Plotting the training and validation loss/accuracy over number of hidden units (or epochs) can reveal overfitting. If the training error continues to decrease while the validation error starts to increase, it’s a strong indicator of overfitting.

Question 11

Q

What are the central problems when designing a neural network?

Answer

A

Finding a suitable architecture.
Finding the corresponding weights of the network: back propagation remains the most effective brute-force training algorithm as of today.

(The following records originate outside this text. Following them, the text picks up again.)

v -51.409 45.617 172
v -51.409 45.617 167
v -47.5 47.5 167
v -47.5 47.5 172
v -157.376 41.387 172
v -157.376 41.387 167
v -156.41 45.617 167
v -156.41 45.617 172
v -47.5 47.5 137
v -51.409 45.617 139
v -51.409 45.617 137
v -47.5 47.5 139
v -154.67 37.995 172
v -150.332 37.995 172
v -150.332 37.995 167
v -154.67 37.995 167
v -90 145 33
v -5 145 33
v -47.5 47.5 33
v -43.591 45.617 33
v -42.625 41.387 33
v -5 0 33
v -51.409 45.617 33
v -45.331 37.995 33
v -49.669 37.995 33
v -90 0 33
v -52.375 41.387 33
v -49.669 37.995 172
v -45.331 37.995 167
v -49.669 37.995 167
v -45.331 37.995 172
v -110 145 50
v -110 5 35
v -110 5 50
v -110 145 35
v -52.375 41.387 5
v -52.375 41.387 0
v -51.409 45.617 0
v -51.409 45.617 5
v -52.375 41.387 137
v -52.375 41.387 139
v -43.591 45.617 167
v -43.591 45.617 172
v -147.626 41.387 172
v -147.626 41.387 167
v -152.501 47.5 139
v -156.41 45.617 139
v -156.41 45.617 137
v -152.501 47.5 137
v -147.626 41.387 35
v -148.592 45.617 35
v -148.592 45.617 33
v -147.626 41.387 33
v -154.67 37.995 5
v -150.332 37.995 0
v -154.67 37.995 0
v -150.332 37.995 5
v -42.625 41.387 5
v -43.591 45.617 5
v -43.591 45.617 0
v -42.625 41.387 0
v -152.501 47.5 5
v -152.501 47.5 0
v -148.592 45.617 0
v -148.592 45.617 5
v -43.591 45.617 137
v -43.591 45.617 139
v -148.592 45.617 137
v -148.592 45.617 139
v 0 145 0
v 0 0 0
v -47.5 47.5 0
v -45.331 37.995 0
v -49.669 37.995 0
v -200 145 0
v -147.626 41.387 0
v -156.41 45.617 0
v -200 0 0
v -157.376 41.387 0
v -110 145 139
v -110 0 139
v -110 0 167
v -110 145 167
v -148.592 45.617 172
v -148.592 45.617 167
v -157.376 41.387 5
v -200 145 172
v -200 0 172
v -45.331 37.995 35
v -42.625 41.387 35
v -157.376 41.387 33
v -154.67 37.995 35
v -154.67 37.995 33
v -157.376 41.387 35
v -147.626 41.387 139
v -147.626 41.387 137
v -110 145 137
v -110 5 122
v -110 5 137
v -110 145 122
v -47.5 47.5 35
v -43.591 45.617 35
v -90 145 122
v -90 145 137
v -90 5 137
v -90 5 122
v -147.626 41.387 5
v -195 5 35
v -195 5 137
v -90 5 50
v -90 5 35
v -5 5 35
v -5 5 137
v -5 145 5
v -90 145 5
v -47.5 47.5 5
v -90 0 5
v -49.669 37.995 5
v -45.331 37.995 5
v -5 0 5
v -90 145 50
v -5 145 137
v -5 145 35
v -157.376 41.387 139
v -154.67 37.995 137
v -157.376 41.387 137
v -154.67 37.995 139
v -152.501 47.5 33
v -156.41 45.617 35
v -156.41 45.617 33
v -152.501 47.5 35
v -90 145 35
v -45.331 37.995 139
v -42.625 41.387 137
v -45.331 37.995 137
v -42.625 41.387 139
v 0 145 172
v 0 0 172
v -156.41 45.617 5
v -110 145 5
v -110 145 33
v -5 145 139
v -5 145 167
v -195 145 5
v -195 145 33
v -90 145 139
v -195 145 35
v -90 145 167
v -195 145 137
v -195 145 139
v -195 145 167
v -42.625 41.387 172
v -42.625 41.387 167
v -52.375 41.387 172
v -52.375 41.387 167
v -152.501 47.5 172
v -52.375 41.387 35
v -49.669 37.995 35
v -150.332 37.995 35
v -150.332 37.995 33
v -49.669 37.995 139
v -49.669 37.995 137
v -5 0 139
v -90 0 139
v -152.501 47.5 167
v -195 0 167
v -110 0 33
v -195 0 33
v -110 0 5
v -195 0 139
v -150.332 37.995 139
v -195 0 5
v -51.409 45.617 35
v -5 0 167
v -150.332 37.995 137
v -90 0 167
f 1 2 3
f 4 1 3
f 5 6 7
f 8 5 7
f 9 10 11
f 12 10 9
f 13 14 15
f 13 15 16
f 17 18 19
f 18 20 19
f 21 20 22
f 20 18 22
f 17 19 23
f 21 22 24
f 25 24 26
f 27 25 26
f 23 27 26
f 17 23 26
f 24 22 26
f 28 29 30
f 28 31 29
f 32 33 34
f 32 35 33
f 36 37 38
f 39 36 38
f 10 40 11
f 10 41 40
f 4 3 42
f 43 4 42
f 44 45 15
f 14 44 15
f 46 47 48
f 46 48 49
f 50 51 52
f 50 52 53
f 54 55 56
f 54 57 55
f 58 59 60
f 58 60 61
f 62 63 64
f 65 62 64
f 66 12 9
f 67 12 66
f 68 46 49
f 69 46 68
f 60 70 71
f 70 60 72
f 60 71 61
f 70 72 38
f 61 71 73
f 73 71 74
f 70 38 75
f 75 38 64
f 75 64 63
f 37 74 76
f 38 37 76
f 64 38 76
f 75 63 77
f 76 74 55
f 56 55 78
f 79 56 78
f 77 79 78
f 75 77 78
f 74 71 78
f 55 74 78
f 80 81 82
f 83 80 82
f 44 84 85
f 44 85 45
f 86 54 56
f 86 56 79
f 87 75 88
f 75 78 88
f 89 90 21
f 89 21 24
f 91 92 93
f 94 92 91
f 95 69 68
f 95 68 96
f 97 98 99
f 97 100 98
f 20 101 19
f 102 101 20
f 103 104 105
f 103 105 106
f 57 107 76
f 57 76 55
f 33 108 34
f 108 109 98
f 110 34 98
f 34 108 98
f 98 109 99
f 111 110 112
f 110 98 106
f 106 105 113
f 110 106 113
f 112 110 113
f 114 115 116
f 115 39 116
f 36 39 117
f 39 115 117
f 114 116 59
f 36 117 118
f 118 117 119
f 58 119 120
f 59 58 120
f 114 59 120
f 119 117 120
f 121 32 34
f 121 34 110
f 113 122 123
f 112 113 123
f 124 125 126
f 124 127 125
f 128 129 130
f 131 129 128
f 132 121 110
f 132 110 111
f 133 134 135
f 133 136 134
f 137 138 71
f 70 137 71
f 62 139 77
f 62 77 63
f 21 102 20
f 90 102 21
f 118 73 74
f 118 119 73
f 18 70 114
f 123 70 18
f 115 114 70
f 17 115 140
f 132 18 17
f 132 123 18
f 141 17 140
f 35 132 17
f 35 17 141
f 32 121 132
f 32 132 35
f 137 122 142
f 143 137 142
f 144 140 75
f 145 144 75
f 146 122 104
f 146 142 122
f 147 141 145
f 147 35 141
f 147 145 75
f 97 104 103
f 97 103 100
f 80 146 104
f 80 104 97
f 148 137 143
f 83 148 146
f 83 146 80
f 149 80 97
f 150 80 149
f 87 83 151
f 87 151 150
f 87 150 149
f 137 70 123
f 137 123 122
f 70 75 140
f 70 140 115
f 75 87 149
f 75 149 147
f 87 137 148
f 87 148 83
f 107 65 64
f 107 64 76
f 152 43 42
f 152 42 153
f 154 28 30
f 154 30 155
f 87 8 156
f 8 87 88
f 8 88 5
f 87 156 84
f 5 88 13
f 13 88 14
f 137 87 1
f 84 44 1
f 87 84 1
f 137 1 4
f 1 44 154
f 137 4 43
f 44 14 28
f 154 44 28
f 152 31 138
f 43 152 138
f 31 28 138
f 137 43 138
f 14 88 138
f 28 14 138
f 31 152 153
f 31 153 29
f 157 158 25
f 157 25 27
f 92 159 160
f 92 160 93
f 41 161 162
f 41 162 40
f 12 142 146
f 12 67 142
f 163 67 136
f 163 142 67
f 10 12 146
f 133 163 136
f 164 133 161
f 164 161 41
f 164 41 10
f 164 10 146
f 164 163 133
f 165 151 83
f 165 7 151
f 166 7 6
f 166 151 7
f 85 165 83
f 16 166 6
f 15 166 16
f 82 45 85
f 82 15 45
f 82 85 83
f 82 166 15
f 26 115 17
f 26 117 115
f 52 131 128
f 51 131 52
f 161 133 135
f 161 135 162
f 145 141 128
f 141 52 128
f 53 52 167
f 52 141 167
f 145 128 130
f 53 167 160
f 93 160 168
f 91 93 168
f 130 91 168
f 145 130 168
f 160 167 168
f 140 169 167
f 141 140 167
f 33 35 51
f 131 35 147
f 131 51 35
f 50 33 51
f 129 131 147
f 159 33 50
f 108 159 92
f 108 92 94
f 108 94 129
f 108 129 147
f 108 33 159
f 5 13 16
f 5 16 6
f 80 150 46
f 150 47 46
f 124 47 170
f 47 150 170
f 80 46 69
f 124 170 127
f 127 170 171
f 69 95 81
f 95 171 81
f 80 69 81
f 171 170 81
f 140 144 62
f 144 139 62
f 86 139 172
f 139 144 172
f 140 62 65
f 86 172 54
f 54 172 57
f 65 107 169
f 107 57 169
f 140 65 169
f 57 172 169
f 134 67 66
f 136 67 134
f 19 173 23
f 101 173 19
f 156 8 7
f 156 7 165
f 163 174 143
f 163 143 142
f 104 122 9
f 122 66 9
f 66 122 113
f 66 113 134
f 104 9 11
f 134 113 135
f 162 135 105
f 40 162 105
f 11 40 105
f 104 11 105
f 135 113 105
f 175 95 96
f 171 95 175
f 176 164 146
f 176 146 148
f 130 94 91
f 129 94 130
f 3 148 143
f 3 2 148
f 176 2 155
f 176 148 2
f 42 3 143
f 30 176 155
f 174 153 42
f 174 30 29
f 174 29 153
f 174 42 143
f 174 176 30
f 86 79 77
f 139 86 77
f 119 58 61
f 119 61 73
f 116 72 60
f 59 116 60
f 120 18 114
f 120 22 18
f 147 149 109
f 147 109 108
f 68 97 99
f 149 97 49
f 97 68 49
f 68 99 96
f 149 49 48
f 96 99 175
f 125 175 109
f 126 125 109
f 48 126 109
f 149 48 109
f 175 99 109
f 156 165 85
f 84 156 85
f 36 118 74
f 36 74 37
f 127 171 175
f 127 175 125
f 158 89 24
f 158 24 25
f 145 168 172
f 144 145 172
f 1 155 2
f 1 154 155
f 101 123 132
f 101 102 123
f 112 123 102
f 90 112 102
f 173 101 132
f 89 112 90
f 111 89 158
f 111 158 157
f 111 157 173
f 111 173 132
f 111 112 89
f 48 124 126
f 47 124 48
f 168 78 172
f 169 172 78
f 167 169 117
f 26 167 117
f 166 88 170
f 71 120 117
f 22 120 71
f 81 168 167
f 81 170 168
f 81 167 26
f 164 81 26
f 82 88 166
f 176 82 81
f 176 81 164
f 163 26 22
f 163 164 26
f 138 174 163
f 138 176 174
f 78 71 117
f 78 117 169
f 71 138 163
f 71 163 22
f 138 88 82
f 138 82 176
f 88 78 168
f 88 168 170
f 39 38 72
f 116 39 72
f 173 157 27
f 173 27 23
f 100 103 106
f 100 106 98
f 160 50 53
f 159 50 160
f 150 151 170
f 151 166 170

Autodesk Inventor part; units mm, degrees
ref_plane "YZ Plane" through (0, 0, 0) normal (1, 0, 0) x (0, 1, 0)
ref_plane "XZ Plane" through (0, 0, 0) normal (0, 1, 0) x (-1, 0, 0)
ref_plane "XY Plane" through (0, 0, 0) normal (0, 0, 1) x (1, 0, 0)
sketch "Sketch1" plane through (0, 0, 0) normal (0, 1, 0) x (-1, 0, 0)
  line L0 (0, 0) -> (200, 0)
  line L1 (200, 0) -> (200, 172)
  line L2 (200, 172) -> (0, 172)
  line L3 (0, 172) -> (0, 0)
  line L4 (0, 172) -> (200, 172)
  line L5 (200, 172) -> (200, -28)
  line L6 (200, -28) -> (0, -28)
  line L7 (0, -28) -> (0, 172)
  line L8 (200, 172) -> (195, 172)
  line L9 (195, 172) -> (195, 167)
  line L10 (195, 167) -> (200, 167)
  line L11 (195, 172) -> (195, 144)
  line L12 (195, 167) -> (130, 167)
  line L13 (130, 167) -> (130, 144)
  line L14 (130, 144) -> (195, 144)
  line L15 (195, 144) -> (195, 0)
  line L16 (195, 0) -> (195, 5)
  line L17 (195, 5) -> (130, 5)
  line L18 (130, 5) -> (130, 33)
  line L19 (130, 33) -> (195, 33)
  line L20 (0, 167) -> (5, 167)
  line L21 (5, 167) -> (5, 139)
  line L22 (130, 167) -> (130, 139)
  line L23 (130, 139) -> (195, 139)
  line L24 (5, 139) -> (70, 139)
  line L25 (70, 139) -> (70, 167)
  line L26 (70, 167) -> (5, 167)
  line L27 (5, 139) -> (5, 0)
  line L28 (5, 33) -> (70, 33)
  line L29 (70, 33) -> (70, 5)
  line L30 (70, 5) -> (5, 5)
  line L31 (130, 139) -> (70, 139)
  line L32 (130, 33) -> (70, 33)
  line L33 (130, 167) -> (70, 167)
  line L34 (130, 5) -> (70, 5)
  line L35 (37.5, 33) -> (37.5, 139)
  line L36 (162.5, 33) -> (162.5, 139)
  line L37 (5, 33) -> (7, 33)
  line L38 (5, 33) -> (5, 35)
  line L39 (5, 35) -> (195, 35)
  line L40 (195, 139) -> (197, 139)
  line L41 (5, 139) -> (5, 137)
  line L42 (5, 137) -> (195, 137)
  line L43 (100, 5) -> (90, 5)
  line L44 (90, 5) -> (110, 5)
  line L45 (110, 5) -> (110, 33)
  line L46 (90, 5) -> (90, 33)
  line L47 (90, 139) -> (90, 167)
  line L48 (110, 137) -> (110, 167)
  point P0 (110, 139)
  dimension "d0" = 200
  dimension "d1" = 172
  dimension "d2" = 200
  dimension "d3" = 200
  dimension "d4" = 5
  dimension "d5" = 5
  dimension "d6" = 28
  dimension "d7" = 65
  dimension "d8" = 5
  dimension "d9" = 28
  dimension "d10" = 5
  dimension "d11" = 28
  dimension "d12" = 28
  dimension "d13" = 65
  dimension "d14" = 2
  dimension "d15" = 2
  dimension "d16" = 2
  dimension "d17" = 2
  dimension "d18" = 10
  dimension "d19" = 20
extrude "Extrusion1" add sketch "Sketch1" along normal blind 145 contours L3 L20 L21 L27 L0 | L27 L30 L34 L17 L15 L0 | L3 L2 L9 L12 L33 L26 L20 | L15 L11 L10 L1 L0 | L27 L39 L35 L28 | L2 L1 L10 L9 | L24 L35 L42 L27 | L19 L36 L39 L15 | L28 L35 L39 L36 L19 L32 | L46 L32 L45 L34 | L24 L31 L48 L42 L35 | L33 L48 L31 L47 | L42 L36 L23 L15 | L48 L31 L23 L36 L42
sketch "Sketch2" plane through (0, 0, 0) normal (0, -1, 0) x (1, 0, 0)
  line L0 (-5, 137) -> (-195, 137) projected
  line L1 (-195, 35) -> (-5, 35) projected
  line L2 (-195, 137) -> (-5, 137)
  line L3 (-5, 137) -> (-5, 35)
  line L4 (-5, 35) -> (-195, 35)
  line L5 (-195, 35) -> (-195, 137)
  point P0 (0, 0)
extrude "Extrusion2" add sketch "Sketch2" against normal blind 5
sketch "Sketch3" plane through (-195, 0, 139) normal (0, 0, 1) x (1, 0, 0)
  point P0 (195, 0)
sketch "Sketch4" plane through (0, 5, 0) normal (0, 1, 0) x (1, 0, 0)
  line L0 (-90, -33) -> (-90, -5) projected
  line L1 (-5, -33) -> (-90, -33) projected
  line L2 (-90, -33) -> (-5, -33)
  line L3 (-5, -33) -> (-47.5, -33)
  line L4 (-47.5, -33) -> (-47.5, -172)
  line L5 (-200, -172) -> (0, -172) projected
  line L6 (-109.747, -33) -> (-194.7552, -33)
  line L7 (-194.7552, -33) -> (-109.747, -33)
  line L8 (-110, -5) -> (-110, -33) projected
  line L9 (-195, -5) -> (-110, -5) projected
  line L10 (-110, -5) -> (-195, -5)
  line L11 (-195, -5) -> (-152.5, -5)
  line L12 (-152.5, -5) -> (-152.5, -172)
  line L13 (-110, -167) -> (-195, -167) projected
  point P0 (0, 0)
sketch "Sketch5" plane through (-200, 0, 172) normal (0, 0, 1) x (1, 0, 0)
  line L0 (5, 144.4425) -> (89.9982, 145)
  line L1 (0, 145) -> (200, 145) projected
  line L2 (5, 144.4425) -> (47.1963, 145)
  line L3 (47.4991, 144.7212) -> (47.4991, 0)
  line L4 (0, 0) -> (200, 0) projected
  line L5 (200, 145) -> (195, 145)
  line L6 (195, 145) -> (110, 145)
  line L7 (110, 145) -> (152.5, 145)
  line L8 (152.5, 145) -> (152.5, 0)
  line L9 (195, 5) -> (5, 5) projected
  line L10 (152.5, 5) -> (152.5, 42.5)
  line L11 (152.5, 42.5) -> (47.4991, 42.5)
  circle A0 centre (47.4991, 42.5) radius 5
  circle A1 centre (152.5, 42.5) radius 5
  line L12 (47.4991, 47.5) -> (51.4082, 45.6174)
  line L13 (51.4082, 45.6174) -> (52.3737, 41.3874)
  line L14 (52.3737, 41.3874) -> (49.6685, 37.9952)
  line L15 (49.6685, 37.9952) -> (45.3297, 37.9952)
  line L16 (45.3297, 37.9952) -> (42.6244, 41.3874)
  line L17 (42.6244, 41.3874) -> (43.5899, 45.6174)
  line L18 (43.5899, 45.6174) -> (47.4991, 47.5)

The general approach involves:
* Trial and error.
* Fixed architecture during the learning process.
* Parameters are trained by gradient-based algorithms, liable to a local-minimum.

Question 12

Q

Compare support vector machines and neural networks

Answer

A

Support vector machines:

Purpose: Primarily classification and regression
Model Complexity: Simpler structure with fewer hyperparameters
Handling Non-linear Data: Uses kernel functions (e.g., RBF, polynomial)
Scalability: Not Scalable (computationally expensive for large datasets)
Overfitting: Less prone to overfitting (due to margin maximization)
Interpretability: Easier to interpret (support vectors define decision boundary)
Training Time: Generally faster for smaller datasets
Input Data Requirements: Typically requires feature scaling
Multi-class Support: Requires one-vs-rest or one-vs-one strategies
Performance on Large Data: May struggle due to computational limitations

Neural network:

Purpose: Classification, regression, and unsupervised tasks
Model Complexity: Flexible and highly customizable with many hyperparameters
Handling Non-linear Data: Learns non-linear decision boundaries through layers and activations
Scalability: Scales well with large datasets using techniques like mini-batch training
Overfitting: More prone to overfitting (requires proper regularization)
Interpretability: Harder to interpret (considered a "black-box" model)
Training Time: Slower for small datasets (but efficient with large datasets and GPUs)
Input Data Requirements: Can handle raw input data (but benefits from normalization)
Multi-class Support: Natively supports multi-class classification
Performance on Large Data: Well-suited for large datasets, especially deep networks

Question 13

Q

Design a MLP neural network for MNIST digit classification

Answer

A

Input Layer:
The MNIST dataset contains 28x28 pixel images, which means each image is represented as a 28x28 matrix of pixel values. We flatten this matrix into a vector of size 784 (28 * 28 = 784).

Hidden Layers:
A typical MLP for MNIST usually has one or two hidden layers with ReLU activation functions.
A good starting point could be:
First hidden layer: 512 neurons (some guy on github tested this)

Output Layer:
The output layer will have 10 neurons, each corresponding to a digit (0-9), with a softmax activation function to produce probability scores for each digit.

Activation Functions:
ReLU (Rectified Linear Unit) is commonly used for hidden layers because it helps the network to learn non-linear relationships.
Softmax is used in the output layer to generate probability values that sum up to 1, representing the likelihood of each class (digit).

Loss Function:
Since we are dealing with a classification problem, we use categorical cross entropy as the loss function.